- DATA PROVIDED -
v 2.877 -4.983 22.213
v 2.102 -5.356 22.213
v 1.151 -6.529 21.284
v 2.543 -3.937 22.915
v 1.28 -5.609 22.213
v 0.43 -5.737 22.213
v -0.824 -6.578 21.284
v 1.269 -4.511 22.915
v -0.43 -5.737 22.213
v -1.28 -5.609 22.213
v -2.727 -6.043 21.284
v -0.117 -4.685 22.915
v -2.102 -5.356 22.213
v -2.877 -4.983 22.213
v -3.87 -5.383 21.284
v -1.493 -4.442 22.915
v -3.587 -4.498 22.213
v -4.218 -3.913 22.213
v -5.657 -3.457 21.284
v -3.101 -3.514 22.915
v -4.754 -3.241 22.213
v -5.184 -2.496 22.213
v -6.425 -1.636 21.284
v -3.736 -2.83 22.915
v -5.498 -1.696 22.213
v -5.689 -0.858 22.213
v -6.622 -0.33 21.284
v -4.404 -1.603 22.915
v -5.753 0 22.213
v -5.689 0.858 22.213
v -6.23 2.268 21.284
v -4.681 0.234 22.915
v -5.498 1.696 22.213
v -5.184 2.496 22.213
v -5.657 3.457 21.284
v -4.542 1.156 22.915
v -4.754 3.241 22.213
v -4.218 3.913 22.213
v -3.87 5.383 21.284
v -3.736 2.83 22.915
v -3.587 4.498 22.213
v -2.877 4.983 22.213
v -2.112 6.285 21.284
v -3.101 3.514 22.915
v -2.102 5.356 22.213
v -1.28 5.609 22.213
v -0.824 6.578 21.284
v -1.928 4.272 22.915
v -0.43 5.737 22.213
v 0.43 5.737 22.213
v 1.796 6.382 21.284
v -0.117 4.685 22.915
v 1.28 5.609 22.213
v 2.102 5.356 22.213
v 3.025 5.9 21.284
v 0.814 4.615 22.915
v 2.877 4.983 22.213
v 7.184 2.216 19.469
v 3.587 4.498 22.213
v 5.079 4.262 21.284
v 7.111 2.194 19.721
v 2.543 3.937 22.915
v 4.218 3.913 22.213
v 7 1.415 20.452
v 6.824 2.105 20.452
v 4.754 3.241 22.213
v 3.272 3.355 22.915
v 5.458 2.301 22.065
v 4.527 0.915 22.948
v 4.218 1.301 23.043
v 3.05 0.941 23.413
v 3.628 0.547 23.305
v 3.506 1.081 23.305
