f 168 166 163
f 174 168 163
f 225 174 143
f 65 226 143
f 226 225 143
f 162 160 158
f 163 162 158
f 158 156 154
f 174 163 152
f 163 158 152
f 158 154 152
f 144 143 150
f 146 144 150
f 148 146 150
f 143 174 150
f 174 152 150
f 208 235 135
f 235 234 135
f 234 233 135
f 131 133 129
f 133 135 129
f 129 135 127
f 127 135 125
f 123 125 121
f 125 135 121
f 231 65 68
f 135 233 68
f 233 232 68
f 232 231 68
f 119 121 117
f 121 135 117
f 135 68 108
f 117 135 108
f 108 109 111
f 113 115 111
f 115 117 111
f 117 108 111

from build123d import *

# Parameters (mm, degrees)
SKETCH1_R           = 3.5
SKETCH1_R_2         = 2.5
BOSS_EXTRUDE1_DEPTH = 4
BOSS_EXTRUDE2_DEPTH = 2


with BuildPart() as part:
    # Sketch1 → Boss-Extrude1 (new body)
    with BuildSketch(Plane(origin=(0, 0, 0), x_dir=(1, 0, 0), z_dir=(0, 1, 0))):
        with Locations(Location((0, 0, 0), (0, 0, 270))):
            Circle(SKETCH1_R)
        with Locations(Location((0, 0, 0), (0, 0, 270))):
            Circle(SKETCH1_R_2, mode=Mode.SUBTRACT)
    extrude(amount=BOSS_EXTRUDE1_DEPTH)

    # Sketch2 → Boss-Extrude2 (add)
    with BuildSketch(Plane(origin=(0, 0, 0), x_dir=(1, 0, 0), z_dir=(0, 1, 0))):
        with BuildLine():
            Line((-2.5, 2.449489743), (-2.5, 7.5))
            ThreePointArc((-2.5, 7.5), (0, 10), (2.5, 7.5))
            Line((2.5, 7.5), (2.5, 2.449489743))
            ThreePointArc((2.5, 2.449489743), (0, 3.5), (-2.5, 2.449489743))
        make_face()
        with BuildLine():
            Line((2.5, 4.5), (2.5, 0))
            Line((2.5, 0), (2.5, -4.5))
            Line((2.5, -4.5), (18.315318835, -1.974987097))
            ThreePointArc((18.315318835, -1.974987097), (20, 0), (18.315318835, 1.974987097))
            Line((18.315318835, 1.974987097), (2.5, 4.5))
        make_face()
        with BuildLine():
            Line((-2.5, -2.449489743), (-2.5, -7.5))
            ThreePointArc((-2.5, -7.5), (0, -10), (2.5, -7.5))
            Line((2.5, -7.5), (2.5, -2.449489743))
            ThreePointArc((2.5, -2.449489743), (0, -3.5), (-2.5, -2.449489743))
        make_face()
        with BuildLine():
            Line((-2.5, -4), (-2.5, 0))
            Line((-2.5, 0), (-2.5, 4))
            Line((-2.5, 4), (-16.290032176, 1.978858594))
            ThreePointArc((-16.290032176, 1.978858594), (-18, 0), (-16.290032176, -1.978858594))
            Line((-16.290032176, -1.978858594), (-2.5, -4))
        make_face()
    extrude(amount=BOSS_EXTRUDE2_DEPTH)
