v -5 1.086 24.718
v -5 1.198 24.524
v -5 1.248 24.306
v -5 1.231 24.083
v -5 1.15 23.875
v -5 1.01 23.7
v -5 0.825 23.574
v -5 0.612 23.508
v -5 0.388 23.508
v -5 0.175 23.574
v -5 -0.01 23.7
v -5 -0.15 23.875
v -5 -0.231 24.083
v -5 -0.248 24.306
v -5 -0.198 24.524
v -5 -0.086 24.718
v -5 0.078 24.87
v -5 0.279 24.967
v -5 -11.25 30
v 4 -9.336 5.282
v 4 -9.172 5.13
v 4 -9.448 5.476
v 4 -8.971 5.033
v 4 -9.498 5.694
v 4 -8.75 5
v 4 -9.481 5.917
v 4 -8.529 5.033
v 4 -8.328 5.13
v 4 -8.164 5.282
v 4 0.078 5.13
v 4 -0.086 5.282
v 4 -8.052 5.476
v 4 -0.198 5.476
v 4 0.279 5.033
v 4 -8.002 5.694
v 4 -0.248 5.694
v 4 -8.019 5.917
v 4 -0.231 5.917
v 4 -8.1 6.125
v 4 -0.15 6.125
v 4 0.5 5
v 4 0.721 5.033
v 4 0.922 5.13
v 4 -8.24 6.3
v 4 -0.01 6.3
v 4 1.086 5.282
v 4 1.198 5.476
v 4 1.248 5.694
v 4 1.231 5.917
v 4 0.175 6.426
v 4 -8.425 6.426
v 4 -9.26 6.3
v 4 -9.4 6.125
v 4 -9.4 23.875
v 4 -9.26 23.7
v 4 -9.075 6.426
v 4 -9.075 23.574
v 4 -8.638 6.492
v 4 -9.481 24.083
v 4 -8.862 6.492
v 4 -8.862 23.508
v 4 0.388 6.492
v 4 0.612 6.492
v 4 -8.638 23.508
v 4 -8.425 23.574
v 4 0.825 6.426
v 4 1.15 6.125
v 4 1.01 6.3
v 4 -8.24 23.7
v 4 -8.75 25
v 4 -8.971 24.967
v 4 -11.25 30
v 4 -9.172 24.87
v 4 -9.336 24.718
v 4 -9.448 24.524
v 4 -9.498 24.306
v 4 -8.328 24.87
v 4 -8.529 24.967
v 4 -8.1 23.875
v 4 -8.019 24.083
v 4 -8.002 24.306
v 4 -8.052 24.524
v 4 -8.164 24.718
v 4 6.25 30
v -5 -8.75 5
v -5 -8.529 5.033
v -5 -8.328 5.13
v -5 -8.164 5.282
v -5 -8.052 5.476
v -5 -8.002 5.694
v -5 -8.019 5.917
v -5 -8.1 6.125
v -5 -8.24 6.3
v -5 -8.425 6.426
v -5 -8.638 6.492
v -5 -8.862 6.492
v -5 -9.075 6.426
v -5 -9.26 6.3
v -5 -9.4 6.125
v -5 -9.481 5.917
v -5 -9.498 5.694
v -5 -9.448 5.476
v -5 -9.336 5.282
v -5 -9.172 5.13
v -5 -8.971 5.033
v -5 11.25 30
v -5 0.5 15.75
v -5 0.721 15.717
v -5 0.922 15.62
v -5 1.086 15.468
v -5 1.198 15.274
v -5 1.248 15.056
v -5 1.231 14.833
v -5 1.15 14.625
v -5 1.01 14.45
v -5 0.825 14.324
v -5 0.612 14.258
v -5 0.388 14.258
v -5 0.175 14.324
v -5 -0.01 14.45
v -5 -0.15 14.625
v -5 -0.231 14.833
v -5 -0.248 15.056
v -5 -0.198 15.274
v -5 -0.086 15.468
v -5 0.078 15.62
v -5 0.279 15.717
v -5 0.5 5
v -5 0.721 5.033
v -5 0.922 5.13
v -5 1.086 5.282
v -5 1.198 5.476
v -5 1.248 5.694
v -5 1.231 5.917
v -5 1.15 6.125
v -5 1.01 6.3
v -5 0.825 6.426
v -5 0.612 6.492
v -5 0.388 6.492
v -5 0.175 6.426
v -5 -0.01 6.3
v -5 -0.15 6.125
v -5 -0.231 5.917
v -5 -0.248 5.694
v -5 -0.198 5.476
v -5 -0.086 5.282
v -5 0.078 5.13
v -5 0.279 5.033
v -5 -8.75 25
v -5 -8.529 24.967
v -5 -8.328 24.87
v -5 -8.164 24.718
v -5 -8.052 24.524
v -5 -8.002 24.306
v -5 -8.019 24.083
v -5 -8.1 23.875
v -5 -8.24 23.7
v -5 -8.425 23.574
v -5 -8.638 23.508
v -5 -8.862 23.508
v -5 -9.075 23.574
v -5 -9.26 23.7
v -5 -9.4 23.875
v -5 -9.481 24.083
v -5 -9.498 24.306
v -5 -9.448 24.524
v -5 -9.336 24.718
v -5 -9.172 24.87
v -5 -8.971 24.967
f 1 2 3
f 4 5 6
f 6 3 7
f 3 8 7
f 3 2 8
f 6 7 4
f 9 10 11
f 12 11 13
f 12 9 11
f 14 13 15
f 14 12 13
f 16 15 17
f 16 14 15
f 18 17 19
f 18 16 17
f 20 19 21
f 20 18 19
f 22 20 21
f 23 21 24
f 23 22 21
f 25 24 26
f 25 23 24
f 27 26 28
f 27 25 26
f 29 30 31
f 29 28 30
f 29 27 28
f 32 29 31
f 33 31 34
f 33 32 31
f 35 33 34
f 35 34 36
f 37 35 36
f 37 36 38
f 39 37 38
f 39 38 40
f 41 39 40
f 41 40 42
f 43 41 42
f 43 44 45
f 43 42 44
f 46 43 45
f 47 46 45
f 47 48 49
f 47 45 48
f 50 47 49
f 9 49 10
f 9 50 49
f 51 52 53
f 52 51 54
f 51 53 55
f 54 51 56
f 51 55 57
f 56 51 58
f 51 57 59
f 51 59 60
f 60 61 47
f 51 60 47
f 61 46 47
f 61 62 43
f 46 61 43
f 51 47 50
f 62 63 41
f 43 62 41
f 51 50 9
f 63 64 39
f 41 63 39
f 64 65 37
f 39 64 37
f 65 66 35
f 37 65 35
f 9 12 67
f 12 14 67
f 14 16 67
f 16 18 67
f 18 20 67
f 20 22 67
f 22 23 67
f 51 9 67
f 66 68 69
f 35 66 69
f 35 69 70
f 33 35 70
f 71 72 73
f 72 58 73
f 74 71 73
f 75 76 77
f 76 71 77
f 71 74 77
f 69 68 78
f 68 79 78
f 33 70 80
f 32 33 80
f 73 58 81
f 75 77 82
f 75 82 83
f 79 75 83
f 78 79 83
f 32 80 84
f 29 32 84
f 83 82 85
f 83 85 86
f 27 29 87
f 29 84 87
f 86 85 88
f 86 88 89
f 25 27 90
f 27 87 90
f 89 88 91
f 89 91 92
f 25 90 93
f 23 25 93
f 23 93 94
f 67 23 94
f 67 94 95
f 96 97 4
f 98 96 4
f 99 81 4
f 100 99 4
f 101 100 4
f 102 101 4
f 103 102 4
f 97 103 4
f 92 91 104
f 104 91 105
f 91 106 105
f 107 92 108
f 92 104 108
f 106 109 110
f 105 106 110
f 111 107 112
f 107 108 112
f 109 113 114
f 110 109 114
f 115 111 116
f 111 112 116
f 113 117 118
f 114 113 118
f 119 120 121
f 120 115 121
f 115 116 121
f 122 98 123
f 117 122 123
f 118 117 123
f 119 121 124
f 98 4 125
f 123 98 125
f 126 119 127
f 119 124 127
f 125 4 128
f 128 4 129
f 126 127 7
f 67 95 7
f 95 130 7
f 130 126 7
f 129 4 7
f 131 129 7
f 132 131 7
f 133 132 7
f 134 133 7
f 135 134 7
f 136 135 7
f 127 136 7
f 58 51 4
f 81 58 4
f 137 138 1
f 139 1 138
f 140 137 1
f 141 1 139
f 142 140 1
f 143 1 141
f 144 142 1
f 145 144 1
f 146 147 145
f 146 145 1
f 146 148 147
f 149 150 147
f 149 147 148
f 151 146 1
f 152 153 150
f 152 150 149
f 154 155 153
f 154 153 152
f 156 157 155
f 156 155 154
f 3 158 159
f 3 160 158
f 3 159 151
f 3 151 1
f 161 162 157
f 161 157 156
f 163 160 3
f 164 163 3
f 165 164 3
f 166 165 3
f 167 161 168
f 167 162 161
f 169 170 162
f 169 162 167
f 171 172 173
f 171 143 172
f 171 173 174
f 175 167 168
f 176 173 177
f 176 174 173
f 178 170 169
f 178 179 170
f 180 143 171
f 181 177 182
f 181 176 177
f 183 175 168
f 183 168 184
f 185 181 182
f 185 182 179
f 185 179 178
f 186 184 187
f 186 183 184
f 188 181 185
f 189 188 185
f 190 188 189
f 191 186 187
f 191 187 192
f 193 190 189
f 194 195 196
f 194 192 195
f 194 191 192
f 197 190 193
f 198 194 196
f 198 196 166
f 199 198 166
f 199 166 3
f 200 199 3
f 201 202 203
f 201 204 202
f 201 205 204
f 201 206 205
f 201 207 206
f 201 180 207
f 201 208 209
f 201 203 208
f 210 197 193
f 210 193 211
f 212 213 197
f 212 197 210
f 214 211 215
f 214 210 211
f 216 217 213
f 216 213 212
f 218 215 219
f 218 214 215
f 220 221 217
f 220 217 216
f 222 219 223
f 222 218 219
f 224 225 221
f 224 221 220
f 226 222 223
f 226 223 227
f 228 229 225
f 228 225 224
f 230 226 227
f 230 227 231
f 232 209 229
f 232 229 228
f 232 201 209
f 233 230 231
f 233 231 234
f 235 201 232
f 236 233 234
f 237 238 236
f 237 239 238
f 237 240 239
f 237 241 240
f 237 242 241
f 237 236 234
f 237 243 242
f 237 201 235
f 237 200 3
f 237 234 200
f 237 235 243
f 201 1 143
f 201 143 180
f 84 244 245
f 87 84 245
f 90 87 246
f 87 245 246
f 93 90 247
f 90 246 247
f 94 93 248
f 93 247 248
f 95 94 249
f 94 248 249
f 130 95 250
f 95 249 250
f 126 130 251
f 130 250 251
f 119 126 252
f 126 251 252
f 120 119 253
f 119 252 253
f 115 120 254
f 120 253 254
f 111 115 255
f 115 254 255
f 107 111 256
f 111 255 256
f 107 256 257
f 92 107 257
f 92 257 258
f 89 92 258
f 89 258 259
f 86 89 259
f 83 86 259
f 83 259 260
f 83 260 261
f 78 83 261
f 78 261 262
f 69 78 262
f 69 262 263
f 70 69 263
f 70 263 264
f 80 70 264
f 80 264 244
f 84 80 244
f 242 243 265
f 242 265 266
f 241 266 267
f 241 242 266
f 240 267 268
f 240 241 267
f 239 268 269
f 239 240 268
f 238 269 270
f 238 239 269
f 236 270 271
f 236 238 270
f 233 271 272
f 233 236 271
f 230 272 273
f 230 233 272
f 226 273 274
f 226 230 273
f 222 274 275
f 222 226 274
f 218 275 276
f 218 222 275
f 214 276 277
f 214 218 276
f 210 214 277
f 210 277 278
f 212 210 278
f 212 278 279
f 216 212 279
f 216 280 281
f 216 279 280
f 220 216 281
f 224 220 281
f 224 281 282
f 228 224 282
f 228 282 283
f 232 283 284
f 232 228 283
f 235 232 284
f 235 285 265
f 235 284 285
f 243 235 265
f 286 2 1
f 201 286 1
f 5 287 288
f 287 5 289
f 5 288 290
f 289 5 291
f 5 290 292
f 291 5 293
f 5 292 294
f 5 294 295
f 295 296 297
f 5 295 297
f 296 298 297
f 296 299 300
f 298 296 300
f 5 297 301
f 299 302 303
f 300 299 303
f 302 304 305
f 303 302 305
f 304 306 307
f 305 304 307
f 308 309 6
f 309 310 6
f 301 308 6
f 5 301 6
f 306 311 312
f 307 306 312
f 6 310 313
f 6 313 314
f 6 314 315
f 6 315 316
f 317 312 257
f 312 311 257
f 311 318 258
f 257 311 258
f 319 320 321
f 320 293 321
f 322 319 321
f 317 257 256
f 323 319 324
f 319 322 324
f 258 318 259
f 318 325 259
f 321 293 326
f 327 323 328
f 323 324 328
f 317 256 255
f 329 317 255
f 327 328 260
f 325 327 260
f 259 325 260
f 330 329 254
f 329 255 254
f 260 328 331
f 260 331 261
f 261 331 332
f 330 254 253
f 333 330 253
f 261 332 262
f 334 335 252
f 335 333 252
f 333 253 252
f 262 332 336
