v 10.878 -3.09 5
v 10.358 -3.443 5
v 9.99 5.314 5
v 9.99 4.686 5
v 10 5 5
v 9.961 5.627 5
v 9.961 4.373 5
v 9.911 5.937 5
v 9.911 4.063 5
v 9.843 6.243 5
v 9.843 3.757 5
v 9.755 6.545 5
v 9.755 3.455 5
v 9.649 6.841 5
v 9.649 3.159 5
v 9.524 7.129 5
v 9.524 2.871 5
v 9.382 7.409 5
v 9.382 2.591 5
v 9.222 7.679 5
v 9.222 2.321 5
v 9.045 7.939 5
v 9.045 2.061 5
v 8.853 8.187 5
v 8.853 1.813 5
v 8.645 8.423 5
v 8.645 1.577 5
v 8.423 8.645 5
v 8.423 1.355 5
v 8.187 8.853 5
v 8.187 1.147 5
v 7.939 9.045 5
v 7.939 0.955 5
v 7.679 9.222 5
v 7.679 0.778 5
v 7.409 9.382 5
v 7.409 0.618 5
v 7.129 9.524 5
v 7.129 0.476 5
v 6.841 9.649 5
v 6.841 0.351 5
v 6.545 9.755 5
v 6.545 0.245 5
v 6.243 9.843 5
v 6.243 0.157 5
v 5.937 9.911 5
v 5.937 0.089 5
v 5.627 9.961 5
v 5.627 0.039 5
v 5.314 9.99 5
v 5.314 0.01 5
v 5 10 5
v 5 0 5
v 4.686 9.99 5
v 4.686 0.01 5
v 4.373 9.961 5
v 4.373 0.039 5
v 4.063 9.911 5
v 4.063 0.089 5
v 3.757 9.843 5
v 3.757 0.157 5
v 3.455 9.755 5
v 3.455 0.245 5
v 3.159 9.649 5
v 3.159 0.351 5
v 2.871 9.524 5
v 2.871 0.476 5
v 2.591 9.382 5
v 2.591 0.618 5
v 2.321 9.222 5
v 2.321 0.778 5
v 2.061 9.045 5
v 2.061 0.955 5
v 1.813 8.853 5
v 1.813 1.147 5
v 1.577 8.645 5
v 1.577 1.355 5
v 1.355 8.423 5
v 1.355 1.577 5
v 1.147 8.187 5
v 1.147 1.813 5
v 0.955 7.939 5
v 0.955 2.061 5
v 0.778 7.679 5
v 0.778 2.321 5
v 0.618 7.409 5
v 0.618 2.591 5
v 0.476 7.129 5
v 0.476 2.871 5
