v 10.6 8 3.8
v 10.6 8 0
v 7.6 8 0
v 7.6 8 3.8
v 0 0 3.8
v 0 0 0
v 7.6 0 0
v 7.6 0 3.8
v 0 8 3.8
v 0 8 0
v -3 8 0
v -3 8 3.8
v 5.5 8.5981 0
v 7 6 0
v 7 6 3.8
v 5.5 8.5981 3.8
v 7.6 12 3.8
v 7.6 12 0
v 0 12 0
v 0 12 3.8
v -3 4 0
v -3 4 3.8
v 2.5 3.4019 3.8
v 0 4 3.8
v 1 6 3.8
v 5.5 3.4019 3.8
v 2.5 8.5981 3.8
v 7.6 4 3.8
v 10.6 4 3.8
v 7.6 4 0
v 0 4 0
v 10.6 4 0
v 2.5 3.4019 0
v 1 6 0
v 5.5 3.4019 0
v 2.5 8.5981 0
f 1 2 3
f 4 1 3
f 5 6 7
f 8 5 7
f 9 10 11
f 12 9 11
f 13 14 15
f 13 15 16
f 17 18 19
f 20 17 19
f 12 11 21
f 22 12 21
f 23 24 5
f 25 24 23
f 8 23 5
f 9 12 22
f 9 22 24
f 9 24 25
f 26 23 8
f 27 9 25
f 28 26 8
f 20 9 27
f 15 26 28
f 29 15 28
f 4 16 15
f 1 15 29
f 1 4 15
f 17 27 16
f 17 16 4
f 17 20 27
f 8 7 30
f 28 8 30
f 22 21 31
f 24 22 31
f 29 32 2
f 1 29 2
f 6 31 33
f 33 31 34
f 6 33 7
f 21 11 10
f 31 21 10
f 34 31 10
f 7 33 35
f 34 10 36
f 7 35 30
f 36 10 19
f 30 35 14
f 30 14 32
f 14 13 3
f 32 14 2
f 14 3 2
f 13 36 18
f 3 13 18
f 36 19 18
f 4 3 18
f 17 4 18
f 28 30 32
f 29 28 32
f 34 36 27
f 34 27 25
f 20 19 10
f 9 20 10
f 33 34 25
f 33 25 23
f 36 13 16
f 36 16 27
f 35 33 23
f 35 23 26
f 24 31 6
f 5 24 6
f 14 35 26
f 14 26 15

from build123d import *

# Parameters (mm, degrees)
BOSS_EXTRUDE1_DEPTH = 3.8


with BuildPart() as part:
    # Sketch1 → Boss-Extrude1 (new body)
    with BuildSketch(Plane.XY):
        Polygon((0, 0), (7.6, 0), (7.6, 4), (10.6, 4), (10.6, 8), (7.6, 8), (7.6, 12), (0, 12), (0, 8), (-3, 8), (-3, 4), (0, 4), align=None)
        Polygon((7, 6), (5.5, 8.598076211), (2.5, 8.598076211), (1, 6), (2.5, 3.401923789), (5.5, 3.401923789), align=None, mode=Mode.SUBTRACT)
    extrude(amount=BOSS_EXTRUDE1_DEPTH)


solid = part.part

- TASK TO COMPLETE -
Reproduce only the lines from the top of the material through the one bearing "f 234 233 135", each exactly as it stands.

- SOLUTION TO THIS TASK -
v 2.877 -4.983 22.213
v 2.102 -5.356 22.213
v 1.151 -6.529 21.284
v 2.543 -3.937 22.915
v 1.28 -5.609 22.213
v 0.43 -5.737 22.213
v -0.824 -6.578 21.284
v 1.269 -4.511 22.915
v -0.43 -5.737 22.213
v -1.28 -5.609 22.213
v -2.727 -6.043 21.284
v -0.117 -4.685 22.915
v -2.102 -5.356 22.213
v -2.877 -4.983 22.213
v -3.87 -5.383 21.284
v -1.493 -4.442 22.915
v -3.587 -4.498 22.213
v -4.218 -3.913 22.213
v -5.657 -3.457 21.284
v -3.101 -3.514 22.915
v -4.754 -3.241 22.213
v -5.184 -2.496 22.213
v -6.425 -1.636 21.284
v -3.736 -2.83 22.915
v -5.498 -1.696 22.213
v -5.689 -0.858 22.213
v -6.622 -0.33 21.284
v -4.404 -1.603 22.915
v -5.753 0 22.213
v -5.689 0.858 22.213
v -6.23 2.268 21.284
v -4.681 0.234 22.915
v -5.498 1.696 22.213
v -5.184 2.496 22.213
v -5.657 3.457 21.284
v -4.542 1.156 22.915
v -4.754 3.241 22.213
v -4.218 3.913 22.213
v -3.87 5.383 21.284
v -3.736 2.83 22.915
v -3.587 4.498 22.213
v -2.877 4.983 22.213
v -2.112 6.285 21.284
v -3.101 3.514 22.915
v -2.102 5.356 22.213
v -1.28 5.609 22.213
v -0.824 6.578 21.284
v -1.928 4.272 22.915
v -0.43 5.737 22.213
v 0.43 5.737 22.213
v 1.796 6.382 21.284
v -0.117 4.685 22.915
v 1.28 5.609 22.213
v 2.102 5.356 22.213
v 3.025 5.9 21.284
v 0.814 4.615 22.915
v 2.877 4.983 22.213
v 7.184 2.216 19.469
v 3.587 4.498 22.213
v 5.079 4.262 21.284
v 7.111 2.194 19.721
v 2.543 3.937 22.915
v 4.218 3.913 22.213
v 7 1.415 20.452
v 6.824 2.105 20.452
v 4.754 3.241 22.213
v 3.272 3.355 22.915
v 5.458 2.301 22.065
v 4.527 0.915 22.948
v 4.218 1.301 23.043
v 3.05 0.941 23.413
v 3.628 0.547 23.305
v 3.506 1.081 23.305
f 168 166 163
f 174 168 163
f 225 174 143
f 65 226 143
f 226 225 143
f 162 160 158
f 163 162 158
f 158 156 154
f 174 163 152
f 163 158 152
f 158 154 152
f 144 143 150
f 146 144 150
f 148 146 150
f 143 174 150
f 174 152 150
f 208 235 135
f 235 234 135
f 234 233 135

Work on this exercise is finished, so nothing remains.